| Your task |
Treat the line containing "FreeCAD Python script" as the last one, and return every line exactly from the first line of the material below up to it.

| Given data |
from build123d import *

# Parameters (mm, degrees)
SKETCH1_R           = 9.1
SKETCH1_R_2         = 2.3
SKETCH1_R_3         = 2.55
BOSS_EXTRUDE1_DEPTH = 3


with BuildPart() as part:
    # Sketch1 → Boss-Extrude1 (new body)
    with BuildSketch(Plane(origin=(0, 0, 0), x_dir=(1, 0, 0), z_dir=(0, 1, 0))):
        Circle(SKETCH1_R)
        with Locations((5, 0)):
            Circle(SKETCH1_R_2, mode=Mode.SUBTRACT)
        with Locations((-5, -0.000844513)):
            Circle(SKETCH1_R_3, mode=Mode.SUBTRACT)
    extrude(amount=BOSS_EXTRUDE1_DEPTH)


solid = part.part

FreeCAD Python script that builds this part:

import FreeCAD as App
import Part
import Sketcher

V = App.Vector
Q = App.Units.Quantity

doc = App.newDocument("Part")
body = doc.addObject("PartDesign::Body", "Body")

# Sketch on XZ plane
sketch1 = doc.addObject("Sketcher::SketchObject", "Sketch")
body.addObject(sketch1)
sketch1.AttachmentSupport = (doc.XZ_Plane, [""])
sketch1.MapMode = "FlatFace"
sketch1.addGeometry(Part.Circle(V(0, 0, 0), V(0, 0, 1), 9.1), False)
sketch1.addGeometry(Part.Circle(V(-5, 0, 0), V(0, 0, 1), 2.5), False)
sketch1.addGeometry(Part.Circle(V(5, 0, 0), V(0, 0, 1), 2.3), False)
sketch1.addConstraint(Sketcher.Constraint("Coincident", 0, 3, -1, 1))
sketch1.addConstraint(Sketcher.Constraint("PointOnObject", 2, 3, -1))
sketch1.addConstraint(Sketcher.Constraint("Diameter", 0, Q("18.2 mm")))
sketch1.addConstraint(Sketcher.Constraint("Diameter", 1, Q("5.1 mm")))
sketch1.addConstraint(Sketcher.Constraint("Diameter", 2, Q("4.6 mm")))
sketch1.addConstraint(Sketcher.Constraint("DistanceX", 1, 3, -1, 1, Q("5 mm")))
sketch1.addConstraint(Sketcher.Constraint("DistanceX", -1, 1, 2, 3, Q("5 mm")))
sketch1.addConstraint(Sketcher.Constraint("DistanceY", -1, 1, 1, 3, Q("0.000845 mm")))
pad1 = doc.addObject("PartDesign::Pad", "Pad")
body.addObject(pad1)
pad1.Profile = sketch1
pad1.Length = 3
pad1.Reversed = True

doc.recompute()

| Task answer |
from build123d import *

# Parameters (mm, degrees)
SKETCH1_R           = 9.1
SKETCH1_R_2         = 2.3
SKETCH1_R_3         = 2.55
BOSS_EXTRUDE1_DEPTH = 3


with BuildPart() as part:
    # Sketch1 → Boss-Extrude1 (new body)
    with BuildSketch(Plane(origin=(0, 0, 0), x_dir=(1, 0, 0), z_dir=(0, 1, 0))):
        Circle(SKETCH1_R)
        with Locations((5, 0)):
            Circle(SKETCH1_R_2, mode=Mode.SUBTRACT)
        with Locations((-5, -0.000844513)):
            Circle(SKETCH1_R_3, mode=Mode.SUBTRACT)
    extrude(amount=BOSS_EXTRUDE1_DEPTH)


solid = part.part

FreeCAD Python script that builds this part:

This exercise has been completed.